From a scientific point of view, I am fascinated by the question of whether the words are largely irrelevant and the quality of tone, rhythm and power (RMS not the mystical kind) is what generates the experience. In much of Lisa Gerrard’s singing with Dead Can Dance, there are no discernible words, yet the emotion seems to be clearly conveyed.

From the point of view of someone who does meditation in the Buddhist school, I know that intent is also a significant part of any action in the magical world. Both in the magical imaginings of David Eddings and Christopher Paolini the combination of Will and Word is critical, as it is in the more practical world of Aleister Crowley.

I had the great fortune to see Wendy again in Adelaide in 2013, along with Spiral Dance and Kellianna at the Singing Gallery (a very special venue that I also saw Damh the Bard at). Please don’t misunderstand, Kellianna and Spiral Dance are a pleasure to listen to, they have beautiful voices and are musically accomplished, but they don’t do what Wendy can in terms of the conjuring of experience.

In all the heights of human endeavor in music, the Nessun dorma from Puccini’s Turandot, Allegri’s Misere, Yo-Yo Ma playing Bach, it feels like we are touching on the surface of an ocean of potential. Potential that Wendy Rule with the same black Yamaha guitar has been conjuring for 20 years now.

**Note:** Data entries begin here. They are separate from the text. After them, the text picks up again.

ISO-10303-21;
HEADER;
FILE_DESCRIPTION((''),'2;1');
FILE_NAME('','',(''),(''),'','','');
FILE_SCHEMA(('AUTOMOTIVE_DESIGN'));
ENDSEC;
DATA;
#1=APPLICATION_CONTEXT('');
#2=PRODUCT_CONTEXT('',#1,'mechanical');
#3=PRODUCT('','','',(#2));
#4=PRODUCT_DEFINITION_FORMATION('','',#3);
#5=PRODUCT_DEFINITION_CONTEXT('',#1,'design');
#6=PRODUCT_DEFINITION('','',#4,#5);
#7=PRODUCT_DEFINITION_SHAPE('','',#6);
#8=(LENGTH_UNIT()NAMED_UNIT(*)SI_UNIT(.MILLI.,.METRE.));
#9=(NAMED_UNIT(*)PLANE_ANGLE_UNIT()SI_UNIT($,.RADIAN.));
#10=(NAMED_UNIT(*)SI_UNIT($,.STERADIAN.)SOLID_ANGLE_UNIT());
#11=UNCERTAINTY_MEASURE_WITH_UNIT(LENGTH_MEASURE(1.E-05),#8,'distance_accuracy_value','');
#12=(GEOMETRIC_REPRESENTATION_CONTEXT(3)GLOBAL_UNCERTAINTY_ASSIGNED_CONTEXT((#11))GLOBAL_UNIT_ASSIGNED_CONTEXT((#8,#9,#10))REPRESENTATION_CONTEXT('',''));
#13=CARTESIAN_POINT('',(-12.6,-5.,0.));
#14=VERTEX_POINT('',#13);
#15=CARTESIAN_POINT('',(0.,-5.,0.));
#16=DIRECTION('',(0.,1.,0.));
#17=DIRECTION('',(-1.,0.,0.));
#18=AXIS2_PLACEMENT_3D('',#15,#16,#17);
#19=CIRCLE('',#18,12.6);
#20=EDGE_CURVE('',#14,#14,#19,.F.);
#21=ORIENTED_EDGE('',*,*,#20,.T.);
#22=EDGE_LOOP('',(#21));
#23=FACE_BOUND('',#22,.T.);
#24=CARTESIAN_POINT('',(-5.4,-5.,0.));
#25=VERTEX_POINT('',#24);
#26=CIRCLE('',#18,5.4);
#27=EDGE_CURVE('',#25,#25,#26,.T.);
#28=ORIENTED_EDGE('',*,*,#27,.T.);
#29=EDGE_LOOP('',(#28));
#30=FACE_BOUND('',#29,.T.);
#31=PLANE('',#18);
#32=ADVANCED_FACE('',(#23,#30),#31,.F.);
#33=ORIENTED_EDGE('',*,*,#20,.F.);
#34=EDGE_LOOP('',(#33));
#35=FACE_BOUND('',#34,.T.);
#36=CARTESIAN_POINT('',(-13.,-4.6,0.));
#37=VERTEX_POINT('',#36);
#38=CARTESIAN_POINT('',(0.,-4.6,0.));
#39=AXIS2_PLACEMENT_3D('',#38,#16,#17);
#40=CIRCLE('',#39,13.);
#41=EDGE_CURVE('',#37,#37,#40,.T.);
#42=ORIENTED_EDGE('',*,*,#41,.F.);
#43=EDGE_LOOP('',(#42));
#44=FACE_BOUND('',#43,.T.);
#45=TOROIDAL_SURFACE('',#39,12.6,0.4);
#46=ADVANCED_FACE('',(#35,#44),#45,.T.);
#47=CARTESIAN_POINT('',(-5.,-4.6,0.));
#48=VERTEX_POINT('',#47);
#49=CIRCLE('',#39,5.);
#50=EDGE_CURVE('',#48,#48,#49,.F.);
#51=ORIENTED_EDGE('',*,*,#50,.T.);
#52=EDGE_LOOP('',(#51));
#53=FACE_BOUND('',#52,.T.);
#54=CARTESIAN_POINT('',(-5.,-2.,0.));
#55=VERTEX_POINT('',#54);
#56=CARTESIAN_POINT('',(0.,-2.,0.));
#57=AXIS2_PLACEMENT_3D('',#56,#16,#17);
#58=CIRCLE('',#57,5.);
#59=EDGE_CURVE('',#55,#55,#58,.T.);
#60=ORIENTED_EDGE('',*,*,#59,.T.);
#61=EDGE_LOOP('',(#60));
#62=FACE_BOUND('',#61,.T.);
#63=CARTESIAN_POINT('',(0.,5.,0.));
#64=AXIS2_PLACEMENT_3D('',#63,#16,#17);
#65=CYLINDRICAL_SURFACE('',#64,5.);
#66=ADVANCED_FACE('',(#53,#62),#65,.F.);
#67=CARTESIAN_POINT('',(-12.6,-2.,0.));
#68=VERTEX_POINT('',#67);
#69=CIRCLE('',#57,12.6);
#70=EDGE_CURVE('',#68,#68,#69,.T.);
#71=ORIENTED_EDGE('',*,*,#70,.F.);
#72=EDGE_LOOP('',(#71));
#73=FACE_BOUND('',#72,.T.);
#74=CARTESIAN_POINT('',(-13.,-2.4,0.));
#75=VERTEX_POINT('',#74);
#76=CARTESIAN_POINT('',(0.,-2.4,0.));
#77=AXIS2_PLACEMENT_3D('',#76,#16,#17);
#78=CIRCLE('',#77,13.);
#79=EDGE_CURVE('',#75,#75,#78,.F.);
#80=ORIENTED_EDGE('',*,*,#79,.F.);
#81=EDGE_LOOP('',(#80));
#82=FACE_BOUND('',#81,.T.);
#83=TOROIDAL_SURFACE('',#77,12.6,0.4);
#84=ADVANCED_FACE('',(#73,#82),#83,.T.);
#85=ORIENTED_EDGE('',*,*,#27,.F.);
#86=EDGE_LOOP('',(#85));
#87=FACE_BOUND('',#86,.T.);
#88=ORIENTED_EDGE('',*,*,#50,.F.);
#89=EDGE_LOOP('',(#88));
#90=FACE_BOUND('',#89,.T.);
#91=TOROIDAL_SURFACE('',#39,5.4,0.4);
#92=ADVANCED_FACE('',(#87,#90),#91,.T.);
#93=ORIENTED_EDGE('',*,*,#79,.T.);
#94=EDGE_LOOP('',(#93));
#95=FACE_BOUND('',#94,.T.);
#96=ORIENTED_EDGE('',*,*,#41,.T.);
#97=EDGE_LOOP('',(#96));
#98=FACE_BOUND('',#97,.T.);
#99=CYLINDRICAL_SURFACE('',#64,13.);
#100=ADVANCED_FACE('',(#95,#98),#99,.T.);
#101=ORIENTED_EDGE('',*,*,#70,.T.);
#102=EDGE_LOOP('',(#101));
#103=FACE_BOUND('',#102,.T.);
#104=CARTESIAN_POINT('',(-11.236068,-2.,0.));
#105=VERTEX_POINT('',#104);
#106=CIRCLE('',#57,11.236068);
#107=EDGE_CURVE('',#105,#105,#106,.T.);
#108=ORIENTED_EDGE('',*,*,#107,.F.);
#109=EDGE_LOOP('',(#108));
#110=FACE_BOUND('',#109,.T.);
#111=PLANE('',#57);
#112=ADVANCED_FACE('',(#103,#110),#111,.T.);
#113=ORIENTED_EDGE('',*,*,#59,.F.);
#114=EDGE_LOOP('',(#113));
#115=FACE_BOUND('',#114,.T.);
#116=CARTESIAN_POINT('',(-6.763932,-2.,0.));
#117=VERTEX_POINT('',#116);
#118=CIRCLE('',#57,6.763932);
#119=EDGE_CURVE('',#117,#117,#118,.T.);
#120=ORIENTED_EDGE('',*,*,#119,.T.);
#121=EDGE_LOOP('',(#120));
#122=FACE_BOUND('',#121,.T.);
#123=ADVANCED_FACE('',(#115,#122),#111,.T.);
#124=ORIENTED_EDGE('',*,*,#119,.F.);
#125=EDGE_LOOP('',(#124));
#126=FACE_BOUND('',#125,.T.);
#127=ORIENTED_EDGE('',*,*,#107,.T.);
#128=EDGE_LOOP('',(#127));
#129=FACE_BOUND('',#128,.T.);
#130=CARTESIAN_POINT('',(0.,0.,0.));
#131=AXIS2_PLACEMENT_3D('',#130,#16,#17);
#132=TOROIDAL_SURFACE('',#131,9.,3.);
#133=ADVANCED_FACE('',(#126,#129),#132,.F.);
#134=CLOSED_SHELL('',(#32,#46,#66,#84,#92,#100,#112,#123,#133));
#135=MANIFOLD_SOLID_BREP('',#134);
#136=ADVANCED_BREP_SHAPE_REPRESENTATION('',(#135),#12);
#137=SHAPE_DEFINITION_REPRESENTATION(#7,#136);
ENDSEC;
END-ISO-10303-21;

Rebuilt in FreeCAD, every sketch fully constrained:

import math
import FreeCAD as App
import Part
import Sketcher
from FreeCAD import Vector
Q = App.Units.Quantity


def edges_at(feature, points):
    """Names of the edges that pass closest to the given points."""
    edges = feature.Shape.Edges
    near = lambda p: min(range(len(edges)), key=lambda i: edges[i].distToShape(Part.Vertex(*p))[0])
    return sorted({f"Edge{near(p) + 1}" for p in points})

doc = App.newDocument("Part")
params = doc.addObject("Spreadsheet::Sheet", "Params")
for row, (alias, value) in enumerate([
    ("sketch1_radius", "3 mm"),
    ("sketch1_width", "8 mm"),
    ("sketch1_height", "3 mm"),
    ("revolution_angle", "360 deg"),
    ("fillet_radius", "0.4 mm"),
], start=1):
    params.set(f"A{row}", alias)
    params.set(f"B{row}", "=" + value)
    params.setAlias(f"B{row}", alias)

body = doc.addObject("PartDesign::Body", "Body")

sketch1 = doc.addObject("Sketcher::SketchObject", "Sketch")
body.addObject(sketch1)
sketch1.AttachmentSupport = (doc.XY_Plane, [""])
sketch1.MapMode = "FlatFace"
sketch1.addGeometry(Part.LineSegment(Vector(5, -2, 0), Vector(5, -5, 0)), False)
sketch1.addGeometry(Part.LineSegment(Vector(5, -5, 0), Vector(13, -5, 0)), False)
sketch1.addGeometry(Part.LineSegment(Vector(13, -5, 0), Vector(13, -2, 0)), False)
sketch1.addGeometry(Part.LineSegment(Vector(13, -2, 0), Vector(11.236068, -2, 0)), False)
sketch1.addGeometry(Part.ArcOfCircle(Part.Circle(Vector(9, 0, 0), Vector(0, 0, 1), 3), math.radians(-138.189685), math.radians(-41.810315)), False)
sketch1.addGeometry(Part.LineSegment(Vector(6.763932, -2, 0), Vector(5, -2, 0)), False)
sketch1.addConstraint(Sketcher.Constraint("Coincident", 0, 2, 1, 1))
sketch1.addConstraint(Sketcher.Constraint("Coincident", 1, 2, 2, 1))
sketch1.addConstraint(Sketcher.Constraint("Coincident", 2, 2, 3, 1))
sketch1.addConstraint(Sketcher.Constraint("Coincident", 3, 2, 4, 2))
sketch1.addConstraint(Sketcher.Constraint("Coincident", 4, 1, 5, 1))
sketch1.addConstraint(Sketcher.Constraint("Coincident", 5, 2, 0, 1))
sketch1.addConstraint(Sketcher.Constraint("Vertical", 0))
sketch1.addConstraint(Sketcher.Constraint("Horizontal", 1))
sketch1.addConstraint(Sketcher.Constraint("Vertical", 2))
sketch1.addConstraint(Sketcher.Constraint("Horizontal", 3))
sketch1.addConstraint(Sketcher.Constraint("Horizontal", 5))
sketch1.addConstraint(Sketcher.Constraint("PointOnObject", 4, 3, -1))
sketch1.addConstraint(Sketcher.Constraint("Horizontal", 3, 2, 4, 1))
sketch1.addConstraint(Sketcher.Constraint("Equal", 3, 5))
sketch1.addConstraint(Sketcher.Constraint("Radius", 4, Q("3 mm")))
sketch1.addConstraint(Sketcher.Constraint("DistanceX", 1, 1, 1, 2, Q("8 mm")))
sketch1.addConstraint(Sketcher.Constraint("DistanceY", 0, 2, 0, 1, Q("3 mm")))
sketch1.addConstraint(Sketcher.Constraint("DistanceX", -1, 1, 4, 3, Q("9 mm")))
sketch1.addConstraint(Sketcher.Constraint("DistanceY", 0, 2, -1, 1, Q("5 mm")))
sketch1.setExpression("Constraints[14]", "Params.sketch1_radius")
sketch1.setExpression("Constraints[15]", "Params.sketch1_width")
sketch1.setExpression("Constraints[16]", "Params.sketch1_height")
revolution = doc.addObject("PartDesign::Revolution", "Revolution")
body.addObject(revolution)
revolution.Profile = sketch1
revolution.ReferenceAxis = (sketch1, ["V_Axis"])
revolution.setExpression("Angle", "Params.revolution_angle")
doc.recompute()

fillet = doc.addObject("PartDesign::Fillet", "Fillet")
body.addObject(fillet)
fillet.Base = (revolution, edges_at(revolution, [(13, -2, 0), (13, -5, 0), (5, -5, 0)]))
fillet.setExpression("Radius", "Params.fillet_radius")

doc.recompute()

Unfortunately the ‘witch’ label has meant that many people probably won’t get to experience the divine pleasure of sitting in a quiet room and listening to Wendy sing. At the concert Wendy played in Canberra last night I had to chuckle at the ‘what are YOU doing here’ response I got from one of the local neo-pagan community in attendance. Me in my Hawaiian shirt with five kids, what business did I have being at a witchy concert? I smiled and said that “yes”, I was here to listen to Wendy Rule.

If you ever get the chance to see Wendy play live, don’t miss it, even if you aren’t a neo-pagan. And if you can’t make the concert, Black Snake is Wendy’s latest, dark but cathartic and re-awakening, album. The subject matter is human existence, and her talented mastery of the voice is incredible to experience.wendy

 

 

 

 

 

 

Note: My research takes me to some funny places, here is a Sydney Morning Herald article, not even sure if it is tongue-in-cheek, about pagan opposition to Kosher/Halal treatment of meat. Wendy is cited as a random Australian witch, probably because the stock photo was ‘witchy’.